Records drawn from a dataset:
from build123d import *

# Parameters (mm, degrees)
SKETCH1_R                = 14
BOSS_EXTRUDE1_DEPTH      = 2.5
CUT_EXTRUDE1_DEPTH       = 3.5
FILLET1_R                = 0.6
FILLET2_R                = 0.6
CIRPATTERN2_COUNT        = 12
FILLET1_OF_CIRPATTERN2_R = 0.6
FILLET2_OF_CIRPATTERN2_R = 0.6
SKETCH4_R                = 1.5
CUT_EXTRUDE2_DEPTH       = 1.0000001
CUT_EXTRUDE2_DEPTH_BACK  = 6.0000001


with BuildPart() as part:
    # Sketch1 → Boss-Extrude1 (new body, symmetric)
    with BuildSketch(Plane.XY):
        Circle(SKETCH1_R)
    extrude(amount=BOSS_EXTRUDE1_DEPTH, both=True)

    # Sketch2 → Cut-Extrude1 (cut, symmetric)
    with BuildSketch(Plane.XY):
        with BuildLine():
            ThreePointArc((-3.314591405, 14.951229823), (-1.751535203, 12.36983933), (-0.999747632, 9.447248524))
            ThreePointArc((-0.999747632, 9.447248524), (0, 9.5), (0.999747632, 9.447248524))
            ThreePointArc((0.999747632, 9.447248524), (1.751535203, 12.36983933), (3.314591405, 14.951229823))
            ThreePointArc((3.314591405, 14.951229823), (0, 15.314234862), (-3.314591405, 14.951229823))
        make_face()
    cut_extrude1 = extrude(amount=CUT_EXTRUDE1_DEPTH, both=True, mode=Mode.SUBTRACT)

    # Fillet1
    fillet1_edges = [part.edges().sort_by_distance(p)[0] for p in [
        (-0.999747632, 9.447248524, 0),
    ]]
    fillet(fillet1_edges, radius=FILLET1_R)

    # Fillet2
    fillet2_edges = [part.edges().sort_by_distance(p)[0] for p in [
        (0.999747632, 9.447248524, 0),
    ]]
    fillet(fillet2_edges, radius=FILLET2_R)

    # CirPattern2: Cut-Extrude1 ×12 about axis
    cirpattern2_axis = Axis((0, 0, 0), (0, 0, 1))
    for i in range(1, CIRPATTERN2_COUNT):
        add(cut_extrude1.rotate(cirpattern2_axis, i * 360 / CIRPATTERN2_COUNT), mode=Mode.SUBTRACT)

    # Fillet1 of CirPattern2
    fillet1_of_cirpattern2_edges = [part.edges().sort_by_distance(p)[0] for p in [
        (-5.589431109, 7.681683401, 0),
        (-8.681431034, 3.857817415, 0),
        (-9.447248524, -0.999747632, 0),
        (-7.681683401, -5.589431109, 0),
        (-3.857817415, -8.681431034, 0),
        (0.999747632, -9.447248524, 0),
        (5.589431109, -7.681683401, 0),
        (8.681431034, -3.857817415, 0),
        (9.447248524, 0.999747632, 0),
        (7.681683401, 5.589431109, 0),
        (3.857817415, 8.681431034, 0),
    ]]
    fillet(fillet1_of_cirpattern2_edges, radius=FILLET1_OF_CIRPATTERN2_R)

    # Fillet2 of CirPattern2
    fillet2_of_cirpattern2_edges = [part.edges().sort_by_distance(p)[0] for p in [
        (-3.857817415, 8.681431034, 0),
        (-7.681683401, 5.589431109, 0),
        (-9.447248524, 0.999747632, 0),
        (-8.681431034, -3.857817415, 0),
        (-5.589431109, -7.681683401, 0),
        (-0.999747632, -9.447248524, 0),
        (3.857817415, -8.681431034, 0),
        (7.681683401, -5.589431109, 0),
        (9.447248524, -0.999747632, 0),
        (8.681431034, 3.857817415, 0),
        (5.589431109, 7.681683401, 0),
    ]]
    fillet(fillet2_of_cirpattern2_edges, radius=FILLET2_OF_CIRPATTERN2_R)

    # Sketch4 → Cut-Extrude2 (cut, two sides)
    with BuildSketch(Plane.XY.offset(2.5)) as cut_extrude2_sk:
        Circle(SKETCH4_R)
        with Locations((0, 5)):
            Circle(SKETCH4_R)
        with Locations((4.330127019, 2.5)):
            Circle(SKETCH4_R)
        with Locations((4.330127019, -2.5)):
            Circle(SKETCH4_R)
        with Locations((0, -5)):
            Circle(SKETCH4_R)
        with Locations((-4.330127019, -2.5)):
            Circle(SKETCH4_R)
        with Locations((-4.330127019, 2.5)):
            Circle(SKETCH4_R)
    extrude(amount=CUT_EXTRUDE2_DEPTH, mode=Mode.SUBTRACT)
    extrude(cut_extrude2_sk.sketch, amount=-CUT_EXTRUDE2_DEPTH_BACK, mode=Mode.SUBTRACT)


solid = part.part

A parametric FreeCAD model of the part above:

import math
import FreeCAD as App
import Part
import Sketcher

V = App.Vector
Q = App.Units.Quantity


def edges_at(feature, points):
    """Names of the edges that pass closest to the given points."""
    edges = feature.Shape.Edges
    near = lambda p: min(range(len(edges)), key=lambda i: edges[i].distToShape(Part.Vertex(*p))[0])
    return sorted({f"Edge{near(p) + 1}" for p in points})

doc = App.newDocument("Part")
body = doc.addObject("PartDesign::Body", "Body")

sketch1 = body.newObject("Sketcher::SketchObject", "Sketch")
sketch1.AttachmentSupport = (doc.getObject("XY_Plane"), [""])
sketch1.MapMode = "FlatFace"
sketch1.addGeometry(Part.Circle(V(0, 0, 0), V(0, 0, 1), 14), False)
sketch1.addConstraint(Sketcher.Constraint("Coincident", 0, 3, -1, 1))
sketch1.addConstraint(Sketcher.Constraint("Diameter", 0, Q("28 mm")))
pad1 = body.newObject("PartDesign::Pad", "Pad")
pad1.Profile = sketch1
pad1.Length = 5
pad1.Midplane = True

sketch2 = body.newObject("Sketcher::SketchObject", "Sketch001")
sketch2.AttachmentSupport = (doc.getObject("XY_Plane"), [""])
sketch2.MapMode = "FlatFace"
sketch2.addGeometry(Part.ArcOfCircle(Part.Circle(V(-11.3, 8.4, 0), V(0, 0, 1), 10.3), math.radians(6), math.radians(40)), False)
sketch2.addGeometry(Part.ArcOfCircle(Part.Circle(V(0, 0, 0), V(0, 0, 1), 9.5), math.radians(83.96), math.radians(96.04)), False)
sketch2.addGeometry(Part.ArcOfCircle(Part.Circle(V(11.3, 8.4, 0), V(0, 0, 1), 10.3), math.radians(140), math.radians(174)), False)
sketch2.addGeometry(Part.ArcOfCircle(Part.Circle(V(0, 0, 0), V(0, 0, 1), 15.3), math.radians(78), math.radians(102)), False)
sketch2.addConstraint(Sketcher.Constraint("Coincident", 0, 1, 1, 2))
sketch2.addConstraint(Sketcher.Constraint("Coincident", 1, 1, 2, 2))
sketch2.addConstraint(Sketcher.Constraint("Coincident", 2, 1, 3, 1))
sketch2.addConstraint(Sketcher.Constraint("Coincident", 3, 2, 0, 2))
sketch2.addConstraint(Sketcher.Constraint("Coincident", 1, 3, -1, 1))
sketch2.addConstraint(Sketcher.Constraint("Coincident", 3, 3, -1, 1))
sketch2.addConstraint(Sketcher.Constraint("Equal", 0, 2))
sketch2.addConstraint(Sketcher.Constraint("Symmetric", 0, 3, 2, 3, -2))
sketch2.addConstraint(Sketcher.Constraint("Radius", 1, Q("9.5 mm")))
sketch2.addConstraint(Sketcher.Constraint("Radius", 0, Q("10.347382 mm")))
sketch2.addConstraint(Sketcher.Constraint("Radius", 3, Q("15.314235 mm")))
sketch2.addConstraint(Sketcher.Constraint("DistanceY", -1, 1, 0, 1, Q("9.447249 mm")))
sketch2.addConstraint(Sketcher.Constraint("DistanceX", -1, 1, 2, 1, Q("3.314591 mm")))
pocket1 = body.newObject("PartDesign::Pocket", "Pocket")
pocket1.Profile = sketch2
pocket1.Length = 7
pocket1.Midplane = True
doc.recompute()

fillet = body.newObject("PartDesign::Fillet", "Fillet")
fillet.Base = (pocket1, edges_at(pocket1, [(-1, 9.447, 0)]))
fillet.Radius = 0.6
doc.recompute()

fillet2 = body.newObject("PartDesign::Fillet", "Fillet001")
fillet2.Base = (fillet, edges_at(fillet, [(1, 9.447, 0)]))
fillet2.Radius = 0.6
doc.recompute()

polarpattern = body.newObject("PartDesign::PolarPattern", "PolarPattern")
polarpattern.Originals = [pocket1]
polarpattern.Axis = (doc.getObject("Z_Axis"), [""])
polarpattern.Angle = 360
polarpattern.Occurrences = 12
body.Tip = polarpattern
doc.recompute()

fillet3 = body.newObject("PartDesign::Fillet", "Fillet002")
fillet3.Base = (polarpattern, edges_at(polarpattern, [
    (-5.589, 7.682, 0),
    (-8.681, 3.858, 0),
    (-9.447, -1, 0),
    (-7.682, -5.589, 0),
    (-3.858, -8.681, 0),
    (1, -9.447, 0),
    (5.589, -7.682, 0),
    (8.681, -3.858, 0),
    (9.447, 1, 0),
    (7.682, 5.589, 0),
    (3.858, 8.681, 0),
]))
fillet3.Radius = 0.6
doc.recompute()

fillet4 = body.newObject("PartDesign::Fillet", "Fillet003")
fillet4.Base = (fillet3, edges_at(fillet3, [
    (-3.858, 8.681, 0),
    (-7.682, 5.589, 0),
    (-9.447, 1, 0),
    (-8.681, -3.858, 0),
    (-5.589, -7.682, 0),
    (-1, -9.447, 0),
    (3.858, -8.681, 0),
    (7.682, -5.589, 0),
    (9.447, -1, 0),
    (8.681, 3.858, 0),
    (5.589, 7.682, 0),
]))
fillet4.Radius = 0.6

sketch3 = body.newObject("Sketcher::SketchObject", "Sketch002")
sketch3.AttachmentSupport = (doc.getObject("XY_Plane"), [""])
sketch3.MapMode = "FlatFace"
sketch3.AttachmentOffset = App.Placement(V(0, 0, 2.5), App.Rotation())
sketch3.addGeometry(Part.Circle(V(0, 0, 0), V(0, 0, 1), 1.5), False)
sketch3.addGeometry(Part.Circle(V(0, 5, 0), V(0, 0, 1), 1.5), False)
sketch3.addGeometry(Part.Circle(V(4.3, 2.5, 0), V(0, 0, 1), 1.5), False)
sketch3.addGeometry(Part.Circle(V(4.3, -2.5, 0), V(0, 0, 1), 1.5), False)
sketch3.addGeometry(Part.Circle(V(0, -5, 0), V(0, 0, 1), 1.5), False)
sketch3.addGeometry(Part.Circle(V(-4.3, -2.5, 0), V(0, 0, 1), 1.5), False)
sketch3.addGeometry(Part.Circle(V(-4.3, 2.5, 0), V(0, 0, 1), 1.5), False)
sketch3.addConstraint(Sketcher.Constraint("Coincident", 0, 3, -1, 1))
sketch3.addConstraint(Sketcher.Constraint("Equal", 0, 1))
sketch3.addConstraint(Sketcher.Constraint("Equal", 1, 2))
sketch3.addConstraint(Sketcher.Constraint("Equal", 2, 3))
sketch3.addConstraint(Sketcher.Constraint("Equal", 3, 4))
sketch3.addConstraint(Sketcher.Constraint("Equal", 4, 5))
sketch3.addConstraint(Sketcher.Constraint("Equal", 5, 6))
sketch3.addConstraint(Sketcher.Constraint("Symmetric", 1, 3, 4, 3, -1, 1))
sketch3.addConstraint(Sketcher.Constraint("Symmetric", 2, 3, 5, 3, -1, 1))
sketch3.addConstraint(Sketcher.Constraint("Symmetric", 3, 3, 6, 3, -1, 1))
sketch3.addConstraint(Sketcher.Constraint("Symmetric", 3, 3, 5, 3, -2))
sketch3.addConstraint(Sketcher.Constraint("PointOnObject", 1, 3, -2))
sketch3.addConstraint(Sketcher.Constraint("Diameter", 0, Q("3 mm")))
sketch3.addConstraint(Sketcher.Constraint("DistanceY", -1, 1, 1, 3, Q("5 mm")))
sketch3.addConstraint(Sketcher.Constraint("DistanceY", 3, 3, 2, 3, Q("5 mm")))
sketch3.addConstraint(Sketcher.Constraint("DistanceX", -1, 1, 2, 3, Q("4.330127 mm")))
pocket2 = body.newObject("PartDesign::Pocket", "Pocket001")
pocket2.Profile = sketch3
pocket2.Type = "ThroughAll"
pocket2.Midplane = True

doc.recompute()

§ TASK REQUIREMENTS: Filter the entries down to the lines containing "both". Copy each of those lines.

§ ANSWER FOR THIS EXERCISE:
    extrude(amount=BOSS_EXTRUDE1_DEPTH, both=True)
    cut_extrude1 = extrude(amount=CUT_EXTRUDE1_DEPTH, both=True, mode=Mode.SUBTRACT)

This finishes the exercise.